2. The method according to claim 1, wherein said means of step (a) is a three-dimensional printer.

3. The method according to claim 1 wherein said means of step (a) is a stereolithography machine process.

4. The method according to claim 1, wherein said means of step (a) is a fused deposition modeling machine process.

5. The method according to claim 1, wherein said making said mold of step (b) includes attaching a support plate thereto.

6. The method according to claim 1, wherein said making said mold in step (b) includes the step (b1) of forming a tool and then step (b2) of forming said mold from said tool.

7. The method according to claim 1, wherein said printing of step (c) includes printing by means of a high-resolution wide-format inkjet printer.

8. The method according to claim 1 wherein said mold has vent holes around the perimeter of said high resolution three-dimensional surface.
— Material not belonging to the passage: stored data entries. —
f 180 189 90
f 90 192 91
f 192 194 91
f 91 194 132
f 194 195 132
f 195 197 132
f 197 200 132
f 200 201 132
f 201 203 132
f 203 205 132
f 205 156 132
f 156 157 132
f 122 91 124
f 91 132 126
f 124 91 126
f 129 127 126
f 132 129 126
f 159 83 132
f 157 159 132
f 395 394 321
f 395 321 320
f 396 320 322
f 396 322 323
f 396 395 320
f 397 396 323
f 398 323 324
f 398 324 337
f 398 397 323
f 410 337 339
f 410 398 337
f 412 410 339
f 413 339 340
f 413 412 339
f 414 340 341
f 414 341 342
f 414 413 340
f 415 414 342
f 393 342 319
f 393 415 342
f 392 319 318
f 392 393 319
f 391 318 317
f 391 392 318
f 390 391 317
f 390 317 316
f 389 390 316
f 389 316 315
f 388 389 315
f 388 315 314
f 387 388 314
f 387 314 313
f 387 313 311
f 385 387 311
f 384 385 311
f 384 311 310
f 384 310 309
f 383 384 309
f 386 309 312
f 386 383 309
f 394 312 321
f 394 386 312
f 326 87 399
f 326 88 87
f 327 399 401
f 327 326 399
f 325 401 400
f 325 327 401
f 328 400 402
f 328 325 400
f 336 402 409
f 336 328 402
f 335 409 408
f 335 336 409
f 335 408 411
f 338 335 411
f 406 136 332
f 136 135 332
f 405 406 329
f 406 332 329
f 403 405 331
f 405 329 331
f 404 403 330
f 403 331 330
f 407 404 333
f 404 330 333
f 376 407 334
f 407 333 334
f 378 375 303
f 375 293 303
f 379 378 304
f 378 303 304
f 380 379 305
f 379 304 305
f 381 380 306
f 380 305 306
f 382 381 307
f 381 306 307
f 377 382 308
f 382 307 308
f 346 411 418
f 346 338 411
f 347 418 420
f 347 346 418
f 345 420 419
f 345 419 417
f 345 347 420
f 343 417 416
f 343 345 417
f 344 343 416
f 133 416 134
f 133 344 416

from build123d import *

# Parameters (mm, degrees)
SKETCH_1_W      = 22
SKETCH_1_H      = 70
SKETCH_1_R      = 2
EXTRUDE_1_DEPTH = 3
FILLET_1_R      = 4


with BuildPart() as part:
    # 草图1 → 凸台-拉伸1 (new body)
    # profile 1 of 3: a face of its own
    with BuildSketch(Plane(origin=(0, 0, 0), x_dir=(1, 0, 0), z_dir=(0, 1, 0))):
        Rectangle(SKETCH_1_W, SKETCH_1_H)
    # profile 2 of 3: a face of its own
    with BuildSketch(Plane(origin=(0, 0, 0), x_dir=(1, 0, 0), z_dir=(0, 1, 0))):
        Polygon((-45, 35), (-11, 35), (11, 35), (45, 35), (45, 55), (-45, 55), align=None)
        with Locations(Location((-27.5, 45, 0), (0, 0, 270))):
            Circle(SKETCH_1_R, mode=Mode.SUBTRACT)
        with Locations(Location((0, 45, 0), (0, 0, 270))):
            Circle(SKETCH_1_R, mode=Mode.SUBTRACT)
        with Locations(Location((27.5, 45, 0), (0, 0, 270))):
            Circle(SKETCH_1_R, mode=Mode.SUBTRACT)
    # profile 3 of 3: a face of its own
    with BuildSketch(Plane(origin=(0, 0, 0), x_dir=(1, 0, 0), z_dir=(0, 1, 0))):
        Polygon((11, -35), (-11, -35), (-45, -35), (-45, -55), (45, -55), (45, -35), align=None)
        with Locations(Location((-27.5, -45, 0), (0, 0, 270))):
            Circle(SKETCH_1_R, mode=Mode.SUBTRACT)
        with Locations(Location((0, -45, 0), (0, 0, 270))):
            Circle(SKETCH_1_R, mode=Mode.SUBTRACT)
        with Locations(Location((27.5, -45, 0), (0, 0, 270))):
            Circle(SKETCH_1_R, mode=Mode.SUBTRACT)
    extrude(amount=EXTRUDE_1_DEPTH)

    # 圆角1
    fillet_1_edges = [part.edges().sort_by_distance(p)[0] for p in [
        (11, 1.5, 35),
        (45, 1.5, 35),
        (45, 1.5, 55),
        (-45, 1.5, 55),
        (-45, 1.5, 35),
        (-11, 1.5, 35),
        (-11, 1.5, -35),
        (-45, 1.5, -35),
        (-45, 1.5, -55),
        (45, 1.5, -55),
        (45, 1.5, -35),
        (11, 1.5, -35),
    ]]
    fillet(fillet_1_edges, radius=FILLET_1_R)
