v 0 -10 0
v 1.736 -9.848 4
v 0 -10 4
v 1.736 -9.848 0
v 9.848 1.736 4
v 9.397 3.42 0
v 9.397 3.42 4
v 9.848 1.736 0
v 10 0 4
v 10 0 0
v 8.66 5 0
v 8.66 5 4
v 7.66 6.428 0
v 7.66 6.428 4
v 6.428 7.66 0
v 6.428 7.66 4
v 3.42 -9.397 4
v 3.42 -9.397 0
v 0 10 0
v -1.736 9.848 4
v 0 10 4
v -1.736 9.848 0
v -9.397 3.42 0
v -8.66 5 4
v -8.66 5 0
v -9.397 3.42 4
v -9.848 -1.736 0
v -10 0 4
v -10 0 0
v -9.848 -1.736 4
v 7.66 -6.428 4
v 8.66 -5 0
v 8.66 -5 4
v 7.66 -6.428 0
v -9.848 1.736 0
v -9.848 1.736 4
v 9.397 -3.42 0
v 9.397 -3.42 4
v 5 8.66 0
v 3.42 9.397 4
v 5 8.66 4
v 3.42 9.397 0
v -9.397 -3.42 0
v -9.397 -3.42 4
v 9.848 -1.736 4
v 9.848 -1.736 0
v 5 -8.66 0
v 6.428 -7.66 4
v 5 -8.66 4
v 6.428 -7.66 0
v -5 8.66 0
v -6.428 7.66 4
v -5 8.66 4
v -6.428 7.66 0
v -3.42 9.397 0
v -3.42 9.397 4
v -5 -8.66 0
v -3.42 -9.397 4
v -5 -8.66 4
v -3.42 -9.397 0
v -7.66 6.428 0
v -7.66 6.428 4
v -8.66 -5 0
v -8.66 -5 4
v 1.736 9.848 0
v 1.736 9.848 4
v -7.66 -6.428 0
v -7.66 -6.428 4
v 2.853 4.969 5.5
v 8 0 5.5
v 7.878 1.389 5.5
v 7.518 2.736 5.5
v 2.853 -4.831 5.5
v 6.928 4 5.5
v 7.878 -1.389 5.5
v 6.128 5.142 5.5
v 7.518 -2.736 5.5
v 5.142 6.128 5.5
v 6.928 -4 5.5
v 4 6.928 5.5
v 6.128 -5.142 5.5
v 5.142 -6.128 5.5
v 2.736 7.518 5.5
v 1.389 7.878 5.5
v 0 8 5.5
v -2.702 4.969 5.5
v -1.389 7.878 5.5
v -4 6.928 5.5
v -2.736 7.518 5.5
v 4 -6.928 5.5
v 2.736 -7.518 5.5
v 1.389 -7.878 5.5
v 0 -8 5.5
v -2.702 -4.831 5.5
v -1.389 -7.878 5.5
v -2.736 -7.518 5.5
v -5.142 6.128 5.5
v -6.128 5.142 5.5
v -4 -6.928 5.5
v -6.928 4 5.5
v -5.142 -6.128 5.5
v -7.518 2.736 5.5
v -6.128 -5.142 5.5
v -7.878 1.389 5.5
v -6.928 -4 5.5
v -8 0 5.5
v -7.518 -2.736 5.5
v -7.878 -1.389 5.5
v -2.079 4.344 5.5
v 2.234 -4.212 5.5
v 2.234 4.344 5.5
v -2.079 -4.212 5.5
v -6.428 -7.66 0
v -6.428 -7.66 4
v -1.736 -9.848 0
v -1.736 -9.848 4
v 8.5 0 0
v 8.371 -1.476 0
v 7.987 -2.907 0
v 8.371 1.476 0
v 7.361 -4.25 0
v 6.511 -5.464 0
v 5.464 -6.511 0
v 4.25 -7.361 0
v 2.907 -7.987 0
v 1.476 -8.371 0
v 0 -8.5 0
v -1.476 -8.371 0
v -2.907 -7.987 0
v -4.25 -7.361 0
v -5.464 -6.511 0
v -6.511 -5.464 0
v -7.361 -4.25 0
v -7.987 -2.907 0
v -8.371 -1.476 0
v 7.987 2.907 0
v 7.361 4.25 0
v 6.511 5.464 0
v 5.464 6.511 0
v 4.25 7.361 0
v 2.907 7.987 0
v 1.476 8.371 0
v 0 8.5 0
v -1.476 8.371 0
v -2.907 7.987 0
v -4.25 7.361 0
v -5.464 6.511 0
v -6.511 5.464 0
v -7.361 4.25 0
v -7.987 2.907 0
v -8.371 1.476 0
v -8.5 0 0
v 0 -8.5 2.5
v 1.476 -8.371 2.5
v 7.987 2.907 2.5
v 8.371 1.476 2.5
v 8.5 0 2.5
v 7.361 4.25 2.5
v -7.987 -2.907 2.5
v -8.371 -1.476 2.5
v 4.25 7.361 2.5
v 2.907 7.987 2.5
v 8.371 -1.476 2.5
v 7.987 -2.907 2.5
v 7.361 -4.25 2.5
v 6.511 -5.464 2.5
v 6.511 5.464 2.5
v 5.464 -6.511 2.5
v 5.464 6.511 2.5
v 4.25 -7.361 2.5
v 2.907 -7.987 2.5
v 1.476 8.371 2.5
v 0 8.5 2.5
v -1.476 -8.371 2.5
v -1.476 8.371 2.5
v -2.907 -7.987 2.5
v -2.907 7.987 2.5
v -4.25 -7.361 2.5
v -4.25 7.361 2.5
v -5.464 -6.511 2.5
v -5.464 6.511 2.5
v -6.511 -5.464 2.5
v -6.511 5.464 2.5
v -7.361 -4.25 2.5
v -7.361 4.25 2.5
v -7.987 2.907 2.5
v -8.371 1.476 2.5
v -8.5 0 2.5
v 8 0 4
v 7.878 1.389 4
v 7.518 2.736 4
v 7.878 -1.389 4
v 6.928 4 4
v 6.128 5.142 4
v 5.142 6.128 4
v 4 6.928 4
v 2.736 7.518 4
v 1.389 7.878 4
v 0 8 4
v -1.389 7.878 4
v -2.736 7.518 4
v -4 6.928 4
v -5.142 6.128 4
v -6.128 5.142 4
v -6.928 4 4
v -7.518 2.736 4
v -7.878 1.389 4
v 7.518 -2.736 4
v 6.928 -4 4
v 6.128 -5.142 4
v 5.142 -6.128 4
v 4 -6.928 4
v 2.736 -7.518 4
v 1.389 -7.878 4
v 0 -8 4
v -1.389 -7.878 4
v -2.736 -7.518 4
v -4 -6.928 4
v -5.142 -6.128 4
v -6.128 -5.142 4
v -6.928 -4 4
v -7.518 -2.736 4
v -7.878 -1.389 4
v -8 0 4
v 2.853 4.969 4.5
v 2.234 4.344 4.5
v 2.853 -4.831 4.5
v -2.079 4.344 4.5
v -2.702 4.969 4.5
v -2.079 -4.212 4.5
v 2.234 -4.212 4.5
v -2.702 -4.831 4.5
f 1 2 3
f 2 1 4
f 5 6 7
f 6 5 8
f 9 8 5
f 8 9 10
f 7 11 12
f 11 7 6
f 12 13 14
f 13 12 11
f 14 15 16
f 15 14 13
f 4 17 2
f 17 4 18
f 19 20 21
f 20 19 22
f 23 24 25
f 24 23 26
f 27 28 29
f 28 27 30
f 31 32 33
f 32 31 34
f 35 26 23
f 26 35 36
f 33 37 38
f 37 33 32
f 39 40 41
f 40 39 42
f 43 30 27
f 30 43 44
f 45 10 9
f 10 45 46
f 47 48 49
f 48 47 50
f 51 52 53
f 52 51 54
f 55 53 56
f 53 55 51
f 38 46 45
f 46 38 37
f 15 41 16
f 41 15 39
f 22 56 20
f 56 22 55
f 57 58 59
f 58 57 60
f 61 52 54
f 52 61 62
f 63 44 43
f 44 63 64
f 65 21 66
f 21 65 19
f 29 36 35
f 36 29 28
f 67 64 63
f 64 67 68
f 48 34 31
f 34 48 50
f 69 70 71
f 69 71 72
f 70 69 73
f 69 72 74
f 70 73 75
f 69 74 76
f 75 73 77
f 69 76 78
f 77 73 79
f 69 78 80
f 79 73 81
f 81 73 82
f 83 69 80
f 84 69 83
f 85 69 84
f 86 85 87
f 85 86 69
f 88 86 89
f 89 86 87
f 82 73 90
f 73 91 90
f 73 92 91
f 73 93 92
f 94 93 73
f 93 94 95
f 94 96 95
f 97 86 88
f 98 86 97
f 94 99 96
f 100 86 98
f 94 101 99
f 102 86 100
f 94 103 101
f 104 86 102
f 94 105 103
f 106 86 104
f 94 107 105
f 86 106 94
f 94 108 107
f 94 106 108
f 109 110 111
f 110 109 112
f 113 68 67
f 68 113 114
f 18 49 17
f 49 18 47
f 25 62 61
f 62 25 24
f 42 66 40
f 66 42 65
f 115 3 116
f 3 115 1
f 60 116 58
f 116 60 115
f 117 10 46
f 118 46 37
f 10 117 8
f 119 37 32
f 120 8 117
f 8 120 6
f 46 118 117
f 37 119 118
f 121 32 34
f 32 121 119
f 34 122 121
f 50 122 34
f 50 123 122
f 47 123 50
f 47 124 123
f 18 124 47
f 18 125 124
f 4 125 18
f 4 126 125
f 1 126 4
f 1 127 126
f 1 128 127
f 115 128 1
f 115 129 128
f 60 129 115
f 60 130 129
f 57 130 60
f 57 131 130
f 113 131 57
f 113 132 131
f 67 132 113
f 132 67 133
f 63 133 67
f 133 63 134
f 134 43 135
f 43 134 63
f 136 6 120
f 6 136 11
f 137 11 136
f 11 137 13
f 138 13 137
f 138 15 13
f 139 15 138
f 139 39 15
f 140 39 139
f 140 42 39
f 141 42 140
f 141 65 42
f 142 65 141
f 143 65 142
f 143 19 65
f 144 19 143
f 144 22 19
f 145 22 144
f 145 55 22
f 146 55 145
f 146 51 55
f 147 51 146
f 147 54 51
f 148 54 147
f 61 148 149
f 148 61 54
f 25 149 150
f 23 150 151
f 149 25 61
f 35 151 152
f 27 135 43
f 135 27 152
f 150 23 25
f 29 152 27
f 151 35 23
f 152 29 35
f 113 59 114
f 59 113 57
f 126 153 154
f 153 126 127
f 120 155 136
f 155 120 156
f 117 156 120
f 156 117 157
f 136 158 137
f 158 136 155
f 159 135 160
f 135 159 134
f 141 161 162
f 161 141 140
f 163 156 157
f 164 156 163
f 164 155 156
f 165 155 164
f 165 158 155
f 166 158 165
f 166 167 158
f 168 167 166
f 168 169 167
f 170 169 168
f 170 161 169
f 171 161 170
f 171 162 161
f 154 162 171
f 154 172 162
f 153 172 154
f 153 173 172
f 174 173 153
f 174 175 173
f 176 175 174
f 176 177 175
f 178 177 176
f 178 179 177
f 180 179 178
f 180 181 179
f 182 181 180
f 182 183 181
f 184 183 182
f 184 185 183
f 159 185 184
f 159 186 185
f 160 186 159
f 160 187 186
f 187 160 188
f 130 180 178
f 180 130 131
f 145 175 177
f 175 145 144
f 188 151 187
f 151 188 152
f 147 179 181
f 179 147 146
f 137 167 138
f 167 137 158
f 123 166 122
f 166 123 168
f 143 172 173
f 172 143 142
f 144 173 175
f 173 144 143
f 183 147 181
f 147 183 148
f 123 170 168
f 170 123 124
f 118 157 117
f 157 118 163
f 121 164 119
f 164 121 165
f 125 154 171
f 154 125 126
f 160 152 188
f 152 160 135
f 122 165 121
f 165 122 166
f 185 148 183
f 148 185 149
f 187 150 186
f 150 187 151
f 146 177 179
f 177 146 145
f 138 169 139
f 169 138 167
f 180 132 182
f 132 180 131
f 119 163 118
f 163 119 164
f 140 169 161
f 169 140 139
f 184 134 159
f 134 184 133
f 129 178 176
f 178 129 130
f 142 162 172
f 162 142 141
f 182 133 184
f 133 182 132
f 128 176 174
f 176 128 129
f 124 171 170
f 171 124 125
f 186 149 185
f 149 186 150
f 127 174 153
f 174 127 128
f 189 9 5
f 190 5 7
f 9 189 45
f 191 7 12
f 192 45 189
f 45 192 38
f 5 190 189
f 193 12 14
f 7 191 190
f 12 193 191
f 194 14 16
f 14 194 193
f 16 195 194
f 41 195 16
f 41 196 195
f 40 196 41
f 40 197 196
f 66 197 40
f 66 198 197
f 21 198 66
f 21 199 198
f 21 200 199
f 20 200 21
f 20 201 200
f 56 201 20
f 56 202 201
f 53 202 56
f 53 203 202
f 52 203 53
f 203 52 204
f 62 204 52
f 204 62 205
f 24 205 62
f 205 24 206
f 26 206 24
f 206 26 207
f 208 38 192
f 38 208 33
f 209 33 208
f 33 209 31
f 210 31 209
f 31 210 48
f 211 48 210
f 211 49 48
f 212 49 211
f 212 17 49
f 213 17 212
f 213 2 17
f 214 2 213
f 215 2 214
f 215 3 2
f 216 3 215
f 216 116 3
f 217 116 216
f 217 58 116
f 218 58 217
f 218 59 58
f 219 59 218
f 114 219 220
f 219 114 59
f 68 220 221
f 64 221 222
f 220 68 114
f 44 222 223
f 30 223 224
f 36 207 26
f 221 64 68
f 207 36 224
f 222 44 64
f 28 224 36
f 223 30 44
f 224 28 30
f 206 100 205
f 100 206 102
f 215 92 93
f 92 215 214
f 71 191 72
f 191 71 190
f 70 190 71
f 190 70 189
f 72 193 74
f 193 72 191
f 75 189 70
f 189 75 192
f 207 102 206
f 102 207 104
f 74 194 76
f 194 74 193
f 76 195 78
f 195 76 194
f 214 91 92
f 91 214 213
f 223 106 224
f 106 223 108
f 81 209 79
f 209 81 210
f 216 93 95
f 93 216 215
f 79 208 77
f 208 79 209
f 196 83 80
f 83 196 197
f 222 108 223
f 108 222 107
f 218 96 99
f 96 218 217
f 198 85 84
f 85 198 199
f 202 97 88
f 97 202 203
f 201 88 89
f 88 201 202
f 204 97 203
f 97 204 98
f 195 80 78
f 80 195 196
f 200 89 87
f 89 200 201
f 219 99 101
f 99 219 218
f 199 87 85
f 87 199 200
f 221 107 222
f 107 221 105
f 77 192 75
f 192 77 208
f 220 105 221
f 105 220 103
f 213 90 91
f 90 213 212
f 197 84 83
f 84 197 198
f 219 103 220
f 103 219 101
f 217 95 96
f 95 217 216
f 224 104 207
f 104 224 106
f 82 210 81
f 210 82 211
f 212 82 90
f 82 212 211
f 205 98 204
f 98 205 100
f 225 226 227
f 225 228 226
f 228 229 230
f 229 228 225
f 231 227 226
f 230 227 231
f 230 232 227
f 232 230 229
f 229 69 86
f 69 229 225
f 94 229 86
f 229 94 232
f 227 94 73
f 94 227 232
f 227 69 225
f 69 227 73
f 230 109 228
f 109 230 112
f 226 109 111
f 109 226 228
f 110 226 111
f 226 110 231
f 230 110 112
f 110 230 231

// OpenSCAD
difference() {
	difference() {
		difference() {
			cylinder($fn = 36, h = 5.5000000000, r = 10);
			translate(v = [0, 0, -1]) {
				cylinder($fn = 36, h = 3.5000000000, r = 8.5000000000);
			}
		}
		translate(v = [0, 0, 4]) {
			difference() {
				cylinder($fn = 36, h = 3, r = 10.5000000000);
				cylinder($fn = 36, h = 3, r = 8);
			}
		}
	}
	translate(v = [0, 0, 4.5000000000]) {
		linear_extrude(height = 3) {
			text(font = "mana", halign = "center", size = 8, text = "\uE603", valign = "center");
		}
	}
}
9. The method according to claim 2 wherein said mold has vent holes around the perimeter of said high resolution three-dimensional surface.

10. The method according to claim 1 wherein said making said mold of step (b) includes the step of forming vent holes at key positions in said high resolution three-dimensional surface.

11. The method according to claim 2, wherein said making said mold of step (b) includes the step of forming vent holes at key positions in said high resolution three-dimensional surface.

12. The method according to claim 1, wherein said printing desired map features of step (c) includes step (c1) of providing a set of high resolution image data elements and step (c2) of preprocessing said data elements to improve said registration of step (d) to non-flat portions of said high resolution three-dimensional surface.

13. The method according to claim 12 wherein said preprocessing said set of high resolution data elements of step (c2) includes repositioning a data element in relation to the local slope and rate of change of the corresponding topographical map feature on the mold form.

14. The method according to claim 1 wherein said making said mold of Step (b) includes making at least two said molds and attaching said at least two molds to a single support plate immediately adjacent each other thereby forming a single mold for making a single high resolution relief map.

15. A method of making a high resolution relief map comprising the steps:

(a) Providing a rapid-prototyping process machine for making a thermoforming mold having a high resolution three-dimensional surface which models the three-dimensional surface of the earth with high resolution topographical map features, each said map feature having unique physical characteristics;

(b) Making said mold utilizing said machine of step (a);

(c) Providing a set of high resolution image data elements representing desired map features corresponding to respective topographical map feature on said mold;

(d) Adjusting the position of each of said image data elements in relation to said physical characteristics of its respective corresponding topographical map feature on the mold;

(e) Printing said desired map features, as adjusted in step (d), on a thin formable plastic film;

(f) Positioning said printed film in a thermoforming machine; and

(g) Thermoforming said high resolution relief map.